Reproduce the records exactly, beginning with their first line and ending with the line that contains "Rectangle(SKETCH3_W, SKETCH3_H)", and output nothing more.

(Stored items)
....................

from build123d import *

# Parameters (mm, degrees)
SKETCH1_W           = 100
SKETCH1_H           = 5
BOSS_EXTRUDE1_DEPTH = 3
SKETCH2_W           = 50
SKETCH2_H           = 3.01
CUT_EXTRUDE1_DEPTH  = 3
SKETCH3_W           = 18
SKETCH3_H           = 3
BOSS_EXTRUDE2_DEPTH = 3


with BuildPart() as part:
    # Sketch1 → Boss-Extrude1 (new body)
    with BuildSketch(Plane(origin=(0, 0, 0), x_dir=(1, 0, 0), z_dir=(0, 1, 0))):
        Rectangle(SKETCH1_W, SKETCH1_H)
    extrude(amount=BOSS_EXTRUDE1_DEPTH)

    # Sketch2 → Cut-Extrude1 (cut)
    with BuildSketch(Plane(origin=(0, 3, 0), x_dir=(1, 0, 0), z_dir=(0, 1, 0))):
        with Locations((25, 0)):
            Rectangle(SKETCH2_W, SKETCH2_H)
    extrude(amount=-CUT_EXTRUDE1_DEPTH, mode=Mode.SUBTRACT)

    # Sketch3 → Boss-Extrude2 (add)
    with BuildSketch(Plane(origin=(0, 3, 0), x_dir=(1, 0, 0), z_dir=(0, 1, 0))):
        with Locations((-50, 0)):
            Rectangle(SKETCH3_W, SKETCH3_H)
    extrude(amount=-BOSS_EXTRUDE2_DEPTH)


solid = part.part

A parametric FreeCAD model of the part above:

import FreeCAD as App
import Part
import Sketcher

V = App.Vector

doc = App.newDocument("Part")
body = doc.addObject("PartDesign::Body", "Body")

# Sketch on XZ plane
sketch1 = body.newObject("Sketcher::SketchObject", "Sketch")
sketch1.AttachmentSupport = (doc.getObject("XZ_Plane"), [""])
sketch1.MapMode = "FlatFace"
sketch1.addGeometry([
    Part.LineSegment(V(-50, -2.5, 0), V(-50, 2.5, 0)),
    Part.LineSegment(V(-50, 2.5, 0), V(50, 2.5, 0)),
    Part.LineSegment(V(50, 2.5, 0), V(50, -2.5, 0)),
    Part.LineSegment(V(50, -2.5, 0), V(-50, -2.5, 0)),
], False)
sketch1.addConstraint([
    Sketcher.Constraint("Coincident", 0, 2, 1, 1),
    Sketcher.Constraint("Coincident", 1, 2, 2, 1),
    Sketcher.Constraint("Coincident", 2, 2, 3, 1),
    Sketcher.Constraint("Coincident", 3, 2, 0, 1),
    Sketcher.Constraint("Vertical", 0),
    Sketcher.Constraint("Horizontal", 1),
    Sketcher.Constraint("Vertical", 2),
    Sketcher.Constraint("Horizontal", 3),
    Sketcher.Constraint("Symmetric", 0, 2, 2, 2, -1, 1),
    Sketcher.Constraint("DistanceX", 1, 1, 1, 2, 100.0),
    Sketcher.Constraint("DistanceY", 0, 1, 0, 2, 5.0),
])
pad1 = body.newObject("PartDesign::Pad", "Pad")
pad1.Profile = sketch1
pad1.Length = 3
pad1.Reversed = True

# Sketch on XZ plane
sketch2 = body.newObject("Sketcher::SketchObject", "Sketch001")
sketch2.AttachmentSupport = (doc.getObject("XZ_Plane"), [""])
sketch2.MapMode = "FlatFace"
sketch2.AttachmentOffset = App.Placement(V(0, 0, -3), App.Rotation())
sketch2.addGeometry([
    Part.LineSegment(V(0, -1.505, 0), V(0, 1.505, 0)),
    Part.LineSegment(V(0, 1.505, 0), V(50, 1.505, 0)),
    Part.LineSegment(V(50, 1.505, 0), V(50, -1.505, 0)),
    Part.LineSegment(V(50, -1.505, 0), V(0, -1.505, 0)),
], False)
sketch2.addConstraint([
    Sketcher.Constraint("Coincident", 0, 2, 1, 1),
    Sketcher.Constraint("Coincident", 1, 2, 2, 1),
    Sketcher.Constraint("Coincident", 2, 2, 3, 1),
    Sketcher.Constraint("Coincident", 3, 2, 0, 1),
    Sketcher.Constraint("Vertical", 0),
    Sketcher.Constraint("Horizontal", 1),
    Sketcher.Constraint("Vertical", 2),
    Sketcher.Constraint("Horizontal", 3),
    Sketcher.Constraint("Symmetric", 0, 2, 3, 2, -1, 1),
    Sketcher.Constraint("DistanceX", 1, 1, 1, 2, 50.0),
    Sketcher.Constraint("DistanceY", 0, 1, 0, 2, 3.01),
])
pocket1 = body.newObject("PartDesign::Pocket", "Pocket")
pocket1.Profile = sketch2
pocket1.Length = 3
pocket1.Reversed = True

# Sketch on XZ plane
sketch3 = body.newObject("Sketcher::SketchObject", "Sketch002")
sketch3.AttachmentSupport = (doc.getObject("XZ_Plane"), [""])
sketch3.MapMode = "FlatFace"
sketch3.AttachmentOffset = App.Placement(V(0, 0, -3), App.Rotation())
sketch3.addGeometry([
    Part.LineSegment(V(-59, -1.5, 0), V(-59, 1.5, 0)),
    Part.LineSegment(V(-59, 1.5, 0), V(-41, 1.5, 0)),
    Part.LineSegment(V(-41, 1.5, 0), V(-41, -1.5, 0)),
    Part.LineSegment(V(-41, -1.5, 0), V(-59, -1.5, 0)),
], False)
sketch3.addConstraint([
    Sketcher.Constraint("Coincident", 0, 2, 1, 1),
    Sketcher.Constraint("Coincident", 1, 2, 2, 1),
    Sketcher.Constraint("Coincident", 2, 2, 3, 1),
    Sketcher.Constraint("Coincident", 3, 2, 0, 1),
    Sketcher.Constraint("Vertical", 0),
    Sketcher.Constraint("Horizontal", 1),
    Sketcher.Constraint("Vertical", 2),
    Sketcher.Constraint("Horizontal", 3),
    Sketcher.Constraint("DistanceX", 1, 1, 1, 2, 18.0),
    Sketcher.Constraint("DistanceY", 0, 1, 0, 2, 3.0),
    Sketcher.Constraint("DistanceX", 0, 2, -1, 1, 59.0),
    Sketcher.Constraint("DistanceY", -1, 1, 0, 2, 1.5),
])
pad2 = body.newObject("PartDesign::Pad", "Pad001")
pad2.Profile = sketch3
pad2.Length = 3

doc.recompute()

....................

Result below –
from build123d import *

# Parameters (mm, degrees)
SKETCH1_W           = 100
SKETCH1_H           = 5
BOSS_EXTRUDE1_DEPTH = 3
SKETCH2_W           = 50
SKETCH2_H           = 3.01
CUT_EXTRUDE1_DEPTH  = 3
SKETCH3_W           = 18
SKETCH3_H           = 3
BOSS_EXTRUDE2_DEPTH = 3


with BuildPart() as part:
    # Sketch1 → Boss-Extrude1 (new body)
    with BuildSketch(Plane(origin=(0, 0, 0), x_dir=(1, 0, 0), z_dir=(0, 1, 0))):
        Rectangle(SKETCH1_W, SKETCH1_H)
    extrude(amount=BOSS_EXTRUDE1_DEPTH)

    # Sketch2 → Cut-Extrude1 (cut)
    with BuildSketch(Plane(origin=(0, 3, 0), x_dir=(1, 0, 0), z_dir=(0, 1, 0))):
        with Locations((25, 0)):
            Rectangle(SKETCH2_W, SKETCH2_H)
    extrude(amount=-CUT_EXTRUDE1_DEPTH, mode=Mode.SUBTRACT)

    # Sketch3 → Boss-Extrude2 (add)
    with BuildSketch(Plane(origin=(0, 3, 0), x_dir=(1, 0, 0), z_dir=(0, 1, 0))):
        with Locations((-50, 0)):
            Rectangle(SKETCH3_W, SKETCH3_H)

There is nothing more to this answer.